WHAT YOU HAVE TO DO =
Going down the data below, set down exactly the line with "e85 v22 v66 LINE" and each line after it through the line with "-e94 e108 e57]"; no other lines.

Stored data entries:
################

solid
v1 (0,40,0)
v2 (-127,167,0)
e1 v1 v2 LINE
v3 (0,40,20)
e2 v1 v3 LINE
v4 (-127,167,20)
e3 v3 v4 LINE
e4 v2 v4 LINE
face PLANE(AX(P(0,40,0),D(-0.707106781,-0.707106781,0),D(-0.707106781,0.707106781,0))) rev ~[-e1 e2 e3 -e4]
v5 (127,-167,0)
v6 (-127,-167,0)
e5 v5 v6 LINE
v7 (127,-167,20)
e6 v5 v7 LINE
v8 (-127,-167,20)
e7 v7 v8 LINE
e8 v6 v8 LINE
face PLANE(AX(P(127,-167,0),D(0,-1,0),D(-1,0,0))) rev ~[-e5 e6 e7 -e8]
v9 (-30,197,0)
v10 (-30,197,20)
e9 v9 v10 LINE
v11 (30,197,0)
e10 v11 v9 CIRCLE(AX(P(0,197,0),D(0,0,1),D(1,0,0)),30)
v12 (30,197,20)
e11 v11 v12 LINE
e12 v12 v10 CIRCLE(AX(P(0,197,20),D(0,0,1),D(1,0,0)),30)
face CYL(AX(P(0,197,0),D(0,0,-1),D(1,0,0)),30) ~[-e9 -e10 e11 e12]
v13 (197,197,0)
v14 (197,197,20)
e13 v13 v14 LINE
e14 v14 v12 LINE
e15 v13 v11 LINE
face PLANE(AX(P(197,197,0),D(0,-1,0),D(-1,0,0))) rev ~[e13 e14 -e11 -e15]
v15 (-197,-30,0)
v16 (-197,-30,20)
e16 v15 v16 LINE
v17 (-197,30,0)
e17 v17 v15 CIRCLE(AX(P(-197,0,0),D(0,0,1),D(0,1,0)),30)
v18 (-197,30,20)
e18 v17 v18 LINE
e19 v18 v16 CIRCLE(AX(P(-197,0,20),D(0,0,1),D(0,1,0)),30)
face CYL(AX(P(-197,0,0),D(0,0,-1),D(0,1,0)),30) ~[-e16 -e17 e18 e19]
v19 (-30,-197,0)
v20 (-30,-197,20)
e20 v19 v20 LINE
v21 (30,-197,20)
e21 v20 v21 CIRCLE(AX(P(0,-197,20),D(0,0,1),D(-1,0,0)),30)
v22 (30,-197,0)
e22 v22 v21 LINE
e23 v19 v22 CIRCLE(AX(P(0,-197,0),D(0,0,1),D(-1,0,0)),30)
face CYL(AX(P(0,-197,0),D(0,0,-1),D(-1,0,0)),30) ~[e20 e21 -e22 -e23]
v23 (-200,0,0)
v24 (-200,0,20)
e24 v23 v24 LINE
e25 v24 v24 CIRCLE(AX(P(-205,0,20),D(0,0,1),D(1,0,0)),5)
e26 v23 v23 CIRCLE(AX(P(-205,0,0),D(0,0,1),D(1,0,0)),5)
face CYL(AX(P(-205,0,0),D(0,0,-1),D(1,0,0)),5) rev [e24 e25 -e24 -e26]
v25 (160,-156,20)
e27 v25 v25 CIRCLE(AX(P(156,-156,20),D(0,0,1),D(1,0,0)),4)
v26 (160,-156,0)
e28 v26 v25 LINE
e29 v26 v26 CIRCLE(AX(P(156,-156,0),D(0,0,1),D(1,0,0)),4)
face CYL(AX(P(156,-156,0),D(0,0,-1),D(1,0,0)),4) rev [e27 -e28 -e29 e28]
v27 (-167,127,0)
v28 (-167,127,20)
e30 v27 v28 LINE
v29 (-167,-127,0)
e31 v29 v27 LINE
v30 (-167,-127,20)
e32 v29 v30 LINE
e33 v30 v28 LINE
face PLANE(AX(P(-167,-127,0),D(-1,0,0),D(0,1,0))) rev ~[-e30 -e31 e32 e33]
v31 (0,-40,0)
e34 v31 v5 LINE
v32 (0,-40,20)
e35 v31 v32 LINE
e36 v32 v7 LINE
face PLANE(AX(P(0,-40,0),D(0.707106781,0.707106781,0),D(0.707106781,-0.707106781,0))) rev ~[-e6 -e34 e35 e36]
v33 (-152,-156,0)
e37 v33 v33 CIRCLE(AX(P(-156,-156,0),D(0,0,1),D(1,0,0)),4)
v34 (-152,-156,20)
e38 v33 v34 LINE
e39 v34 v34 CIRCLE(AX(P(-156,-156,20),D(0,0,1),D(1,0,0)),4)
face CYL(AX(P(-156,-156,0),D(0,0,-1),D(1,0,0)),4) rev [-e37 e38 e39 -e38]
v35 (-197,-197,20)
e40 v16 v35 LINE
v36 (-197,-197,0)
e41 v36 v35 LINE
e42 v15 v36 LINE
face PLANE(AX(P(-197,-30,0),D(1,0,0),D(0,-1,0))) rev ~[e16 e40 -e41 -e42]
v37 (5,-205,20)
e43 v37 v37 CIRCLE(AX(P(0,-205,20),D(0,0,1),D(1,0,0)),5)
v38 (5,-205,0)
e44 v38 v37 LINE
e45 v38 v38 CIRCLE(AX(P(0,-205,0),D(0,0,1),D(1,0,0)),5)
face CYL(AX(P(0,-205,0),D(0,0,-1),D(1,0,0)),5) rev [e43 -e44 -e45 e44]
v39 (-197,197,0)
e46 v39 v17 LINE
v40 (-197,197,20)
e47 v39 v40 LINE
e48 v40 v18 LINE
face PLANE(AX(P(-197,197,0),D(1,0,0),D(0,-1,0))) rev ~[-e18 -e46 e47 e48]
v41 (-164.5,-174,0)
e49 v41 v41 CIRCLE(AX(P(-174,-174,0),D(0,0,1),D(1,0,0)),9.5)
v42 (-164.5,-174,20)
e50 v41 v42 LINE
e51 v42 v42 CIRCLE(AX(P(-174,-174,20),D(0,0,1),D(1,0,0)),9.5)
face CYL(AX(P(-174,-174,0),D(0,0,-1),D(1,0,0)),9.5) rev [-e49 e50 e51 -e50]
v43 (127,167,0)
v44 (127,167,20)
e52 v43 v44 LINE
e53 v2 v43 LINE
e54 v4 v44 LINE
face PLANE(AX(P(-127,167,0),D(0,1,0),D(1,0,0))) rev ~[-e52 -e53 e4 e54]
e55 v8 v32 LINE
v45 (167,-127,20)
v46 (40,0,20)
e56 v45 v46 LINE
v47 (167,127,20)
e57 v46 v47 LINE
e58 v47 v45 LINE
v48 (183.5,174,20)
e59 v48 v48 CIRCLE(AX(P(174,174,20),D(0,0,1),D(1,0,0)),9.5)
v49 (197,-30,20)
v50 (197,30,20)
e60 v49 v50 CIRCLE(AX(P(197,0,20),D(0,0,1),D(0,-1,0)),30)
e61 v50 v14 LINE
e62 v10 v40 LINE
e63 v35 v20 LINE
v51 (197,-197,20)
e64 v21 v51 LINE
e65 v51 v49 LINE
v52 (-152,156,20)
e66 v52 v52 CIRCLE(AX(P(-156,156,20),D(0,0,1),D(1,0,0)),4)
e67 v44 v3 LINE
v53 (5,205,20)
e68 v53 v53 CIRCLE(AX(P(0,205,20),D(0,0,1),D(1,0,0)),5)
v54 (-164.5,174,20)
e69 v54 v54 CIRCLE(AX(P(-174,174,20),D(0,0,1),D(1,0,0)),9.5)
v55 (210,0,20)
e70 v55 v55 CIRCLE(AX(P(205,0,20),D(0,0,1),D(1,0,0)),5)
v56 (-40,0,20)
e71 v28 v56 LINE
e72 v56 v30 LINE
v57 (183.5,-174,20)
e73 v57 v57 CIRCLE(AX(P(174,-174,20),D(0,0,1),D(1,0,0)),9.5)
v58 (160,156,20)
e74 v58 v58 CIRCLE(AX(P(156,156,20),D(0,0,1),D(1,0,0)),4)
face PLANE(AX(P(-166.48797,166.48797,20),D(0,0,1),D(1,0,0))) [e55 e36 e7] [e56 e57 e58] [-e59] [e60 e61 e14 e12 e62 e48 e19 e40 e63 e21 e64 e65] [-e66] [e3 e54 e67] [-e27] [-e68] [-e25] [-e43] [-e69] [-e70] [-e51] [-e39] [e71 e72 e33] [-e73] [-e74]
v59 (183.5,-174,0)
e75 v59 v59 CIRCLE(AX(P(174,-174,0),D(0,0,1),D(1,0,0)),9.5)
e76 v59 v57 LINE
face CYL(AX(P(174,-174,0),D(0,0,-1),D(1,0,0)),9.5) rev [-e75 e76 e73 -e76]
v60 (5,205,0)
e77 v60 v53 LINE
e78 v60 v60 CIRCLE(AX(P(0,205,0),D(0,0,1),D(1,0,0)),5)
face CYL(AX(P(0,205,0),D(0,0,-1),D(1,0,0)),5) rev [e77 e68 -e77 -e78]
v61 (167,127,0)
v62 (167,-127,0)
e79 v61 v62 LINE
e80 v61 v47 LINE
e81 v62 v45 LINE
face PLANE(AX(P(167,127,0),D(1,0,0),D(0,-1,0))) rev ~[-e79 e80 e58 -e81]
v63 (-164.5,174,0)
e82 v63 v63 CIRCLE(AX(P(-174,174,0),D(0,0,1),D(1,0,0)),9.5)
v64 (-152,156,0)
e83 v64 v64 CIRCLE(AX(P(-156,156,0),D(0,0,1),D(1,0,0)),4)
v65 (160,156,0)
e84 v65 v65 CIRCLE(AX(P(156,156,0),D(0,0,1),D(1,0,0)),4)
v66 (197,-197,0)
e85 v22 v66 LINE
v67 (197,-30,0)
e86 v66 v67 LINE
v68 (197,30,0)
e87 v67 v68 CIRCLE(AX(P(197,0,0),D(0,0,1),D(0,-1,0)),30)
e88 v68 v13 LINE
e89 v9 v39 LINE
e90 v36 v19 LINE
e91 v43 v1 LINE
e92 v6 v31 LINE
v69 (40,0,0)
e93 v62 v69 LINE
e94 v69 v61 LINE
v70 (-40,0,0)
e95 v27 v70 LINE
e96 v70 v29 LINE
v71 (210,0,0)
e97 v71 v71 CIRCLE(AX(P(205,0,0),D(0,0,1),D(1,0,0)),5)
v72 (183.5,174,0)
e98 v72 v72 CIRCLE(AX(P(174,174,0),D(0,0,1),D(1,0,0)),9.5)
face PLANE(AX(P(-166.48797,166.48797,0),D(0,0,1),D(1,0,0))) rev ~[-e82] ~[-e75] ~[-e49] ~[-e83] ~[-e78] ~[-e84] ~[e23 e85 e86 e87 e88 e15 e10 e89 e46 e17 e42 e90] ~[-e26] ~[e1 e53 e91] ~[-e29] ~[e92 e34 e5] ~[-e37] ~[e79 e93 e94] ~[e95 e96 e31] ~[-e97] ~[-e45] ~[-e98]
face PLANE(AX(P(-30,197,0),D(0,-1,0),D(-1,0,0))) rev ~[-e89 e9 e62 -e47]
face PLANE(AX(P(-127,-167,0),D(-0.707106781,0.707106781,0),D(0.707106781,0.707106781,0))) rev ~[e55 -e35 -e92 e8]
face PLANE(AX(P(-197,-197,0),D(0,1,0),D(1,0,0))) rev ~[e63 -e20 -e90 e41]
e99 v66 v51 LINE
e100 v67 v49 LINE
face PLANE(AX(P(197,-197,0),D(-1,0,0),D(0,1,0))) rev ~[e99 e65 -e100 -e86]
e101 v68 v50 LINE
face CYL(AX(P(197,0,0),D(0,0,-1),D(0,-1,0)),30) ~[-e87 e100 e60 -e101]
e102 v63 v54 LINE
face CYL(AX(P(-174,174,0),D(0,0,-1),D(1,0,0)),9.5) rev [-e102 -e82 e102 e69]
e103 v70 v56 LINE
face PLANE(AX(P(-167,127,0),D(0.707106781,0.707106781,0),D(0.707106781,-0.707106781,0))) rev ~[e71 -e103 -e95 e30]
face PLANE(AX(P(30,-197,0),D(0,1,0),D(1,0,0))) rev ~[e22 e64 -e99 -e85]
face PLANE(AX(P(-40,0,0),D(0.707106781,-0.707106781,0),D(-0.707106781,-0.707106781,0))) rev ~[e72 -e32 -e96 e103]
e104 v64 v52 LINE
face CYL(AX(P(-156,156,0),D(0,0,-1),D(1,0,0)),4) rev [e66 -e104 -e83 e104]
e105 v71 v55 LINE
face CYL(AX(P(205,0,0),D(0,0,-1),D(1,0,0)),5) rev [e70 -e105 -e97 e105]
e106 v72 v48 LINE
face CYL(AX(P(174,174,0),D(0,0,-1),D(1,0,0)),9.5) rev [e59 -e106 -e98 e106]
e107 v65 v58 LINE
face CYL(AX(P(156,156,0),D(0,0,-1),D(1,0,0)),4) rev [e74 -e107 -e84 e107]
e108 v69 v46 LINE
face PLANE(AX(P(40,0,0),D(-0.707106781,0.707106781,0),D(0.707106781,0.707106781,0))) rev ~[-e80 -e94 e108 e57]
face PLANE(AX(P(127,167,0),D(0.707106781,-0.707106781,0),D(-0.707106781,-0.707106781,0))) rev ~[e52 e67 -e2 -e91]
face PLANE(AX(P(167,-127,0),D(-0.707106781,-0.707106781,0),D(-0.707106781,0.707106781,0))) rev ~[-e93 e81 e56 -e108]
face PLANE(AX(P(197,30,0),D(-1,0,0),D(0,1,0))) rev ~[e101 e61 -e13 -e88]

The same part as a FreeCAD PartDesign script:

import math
import FreeCAD as App
import Part
import Sketcher
from FreeCAD import Vector

doc = App.newDocument("Part")
body = doc.addObject("PartDesign::Body", "Body")

# Sketch on XY plane
sketch1 = body.newObject("Sketcher::SketchObject", "Sketch")
sketch1.AttachmentSupport = (doc.getObject("XY_Plane"), [""])
sketch1.MapMode = "FlatFace"
sketch1.addGeometry([
    Part.LineSegment(Vector(-197, 197, 0), Vector(-197, 30, 0)),  # 0
    Part.ArcOfCircle(Part.Circle(Vector(-197, 0, 0), Vector(0, 0, 1), 30), math.radians(90), math.radians(270)),  # 1
    Part.LineSegment(Vector(-197, -30, 0), Vector(-197, -197, 0)),  # 2
    Part.LineSegment(Vector(-197, -197, 0), Vector(-30, -197, 0)),  # 3
    Part.ArcOfCircle(Part.Circle(Vector(0, -197, 0), Vector(0, 0, 1), 30), math.radians(180), math.radians(360)),  # 4
    Part.LineSegment(Vector(30, -197, 0), Vector(197, -197, 0)),  # 5
    Part.LineSegment(Vector(197, -197, 0), Vector(197, -30, 0)),  # 6
    Part.ArcOfCircle(Part.Circle(Vector(197, 0, 0), Vector(0, 0, 1), 30), math.radians(-90), math.radians(90)),  # 7
    Part.LineSegment(Vector(197, 30, 0), Vector(197, 197, 0)),  # 8
    Part.LineSegment(Vector(197, 197, 0), Vector(30, 197, 0)),  # 9
    Part.ArcOfCircle(Part.Circle(Vector(0, 197, 0), Vector(0, 0, 1), 30), math.radians(0), math.radians(180)),  # 10
    Part.LineSegment(Vector(-30, 197, 0), Vector(-197, 197, 0)),  # 11
    Part.Circle(Vector(-174, -174, 0), Vector(0, 0, 1), 9.5),  # 12
    Part.Circle(Vector(-156, -156, 0), Vector(0, 0, 1), 4),  # 13
    Part.Circle(Vector(0, -205, 0), Vector(0, 0, 1), 5),  # 14
    Part.Circle(Vector(174, -174, 0), Vector(0, 0, 1), 9.5),  # 15
    Part.Circle(Vector(156, -156, 0), Vector(0, 0, 1), 4),  # 16
    Part.LineSegment(Vector(-127, -167, 0), Vector(0, -40, 0)),  # 17
    Part.LineSegment(Vector(0, -40, 0), Vector(127, -167, 0)),  # 18
    Part.LineSegment(Vector(127, -167, 0), Vector(-127, -167, 0)),  # 19
    Part.Circle(Vector(-205, 0, 0), Vector(0, 0, 1), 5),  # 20
    Part.LineSegment(Vector(-167, 127, 0), Vector(-40, 0, 0)),  # 21
    Part.LineSegment(Vector(-40, 0, 0), Vector(-167, -127, 0)),  # 22
    Part.LineSegment(Vector(-167, -127, 0), Vector(-167, 127, 0)),  # 23
    Part.Circle(Vector(-156, 156, 0), Vector(0, 0, 1), 4),  # 24
    Part.Circle(Vector(-174, 174, 0), Vector(0, 0, 1), 9.5),  # 25
    Part.LineSegment(Vector(167, -127, 0), Vector(40, 0, 0)),  # 26
    Part.LineSegment(Vector(40, 0, 0), Vector(167, 127, 0)),  # 27
    Part.LineSegment(Vector(167, 127, 0), Vector(167, -127, 0)),  # 28
    Part.LineSegment(Vector(0, 40, 0), Vector(-127, 167, 0)),  # 29
    Part.LineSegment(Vector(-127, 167, 0), Vector(127, 167, 0)),  # 30
    Part.LineSegment(Vector(127, 167, 0), Vector(0, 40, 0)),  # 31
    Part.Circle(Vector(205, 0, 0), Vector(0, 0, 1), 5),  # 32
    Part.Circle(Vector(0, 205, 0), Vector(0, 0, 1), 5),  # 33
    Part.Circle(Vector(156, 156, 0), Vector(0, 0, 1), 4),  # 34
    Part.Circle(Vector(174, 174, 0), Vector(0, 0, 1), 9.5),  # 35
], False)
sketch1.addConstraint([
    Sketcher.Constraint("Coincident", 0, 2, 1, 1),
    Sketcher.Constraint("Coincident", 1, 2, 2, 1),
    Sketcher.Constraint("Coincident", 2, 2, 3, 1),
    Sketcher.Constraint("Coincident", 3, 2, 4, 1),
    Sketcher.Constraint("Coincident", 4, 2, 5, 1),
    Sketcher.Constraint("Coincident", 5, 2, 6, 1),
    Sketcher.Constraint("Coincident", 6, 2, 7, 1),
    Sketcher.Constraint("Coincident", 7, 2, 8, 1),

################

EXPECTED ANSWER =
e85 v22 v66 LINE
v67 (197,-30,0)
e86 v66 v67 LINE
v68 (197,30,0)
e87 v67 v68 CIRCLE(AX(P(197,0,0),D(0,0,1),D(0,-1,0)),30)
e88 v68 v13 LINE
e89 v9 v39 LINE
e90 v36 v19 LINE
e91 v43 v1 LINE
e92 v6 v31 LINE
v69 (40,0,0)
e93 v62 v69 LINE
e94 v69 v61 LINE
v70 (-40,0,0)
e95 v27 v70 LINE
e96 v70 v29 LINE
v71 (210,0,0)
e97 v71 v71 CIRCLE(AX(P(205,0,0),D(0,0,1),D(1,0,0)),5)
v72 (183.5,174,0)
e98 v72 v72 CIRCLE(AX(P(174,174,0),D(0,0,1),D(1,0,0)),9.5)
face PLANE(AX(P(-166.48797,166.48797,0),D(0,0,1),D(1,0,0))) rev ~[-e82] ~[-e75] ~[-e49] ~[-e83] ~[-e78] ~[-e84] ~[e23 e85 e86 e87 e88 e15 e10 e89 e46 e17 e42 e90] ~[-e26] ~[e1 e53 e91] ~[-e29] ~[e92 e34 e5] ~[-e37] ~[e79 e93 e94] ~[e95 e96 e31] ~[-e97] ~[-e45] ~[-e98]
face PLANE(AX(P(-30,197,0),D(0,-1,0),D(-1,0,0))) rev ~[-e89 e9 e62 -e47]
face PLANE(AX(P(-127,-167,0),D(-0.707106781,0.707106781,0),D(0.707106781,0.707106781,0))) rev ~[e55 -e35 -e92 e8]
face PLANE(AX(P(-197,-197,0),D(0,1,0),D(1,0,0))) rev ~[e63 -e20 -e90 e41]
e99 v66 v51 LINE
e100 v67 v49 LINE
face PLANE(AX(P(197,-197,0),D(-1,0,0),D(0,1,0))) rev ~[e99 e65 -e100 -e86]
e101 v68 v50 LINE
face CYL(AX(P(197,0,0),D(0,0,-1),D(0,-1,0)),30) ~[-e87 e100 e60 -e101]
e102 v63 v54 LINE
face CYL(AX(P(-174,174,0),D(0,0,-1),D(1,0,0)),9.5) rev [-e102 -e82 e102 e69]
e103 v70 v56 LINE
face PLANE(AX(P(-167,127,0),D(0.707106781,0.707106781,0),D(0.707106781,-0.707106781,0))) rev ~[e71 -e103 -e95 e30]
face PLANE(AX(P(30,-197,0),D(0,1,0),D(1,0,0))) rev ~[e22 e64 -e99 -e85]
face PLANE(AX(P(-40,0,0),D(0.707106781,-0.707106781,0),D(-0.707106781,-0.707106781,0))) rev ~[e72 -e32 -e96 e103]
e104 v64 v52 LINE
face CYL(AX(P(-156,156,0),D(0,0,-1),D(1,0,0)),4) rev [e66 -e104 -e83 e104]
e105 v71 v55 LINE
face CYL(AX(P(205,0,0),D(0,0,-1),D(1,0,0)),5) rev [e70 -e105 -e97 e105]
e106 v72 v48 LINE
face CYL(AX(P(174,174,0),D(0,0,-1),D(1,0,0)),9.5) rev [e59 -e106 -e98 e106]
e107 v65 v58 LINE
face CYL(AX(P(156,156,0),D(0,0,-1),D(1,0,0)),4) rev [e74 -e107 -e84 e107]
e108 v69 v46 LINE
face PLANE(AX(P(40,0,0),D(-0.707106781,0.707106781,0),D(0.707106781,0.707106781,0))) rev ~[-e80 -e94 e108 e57]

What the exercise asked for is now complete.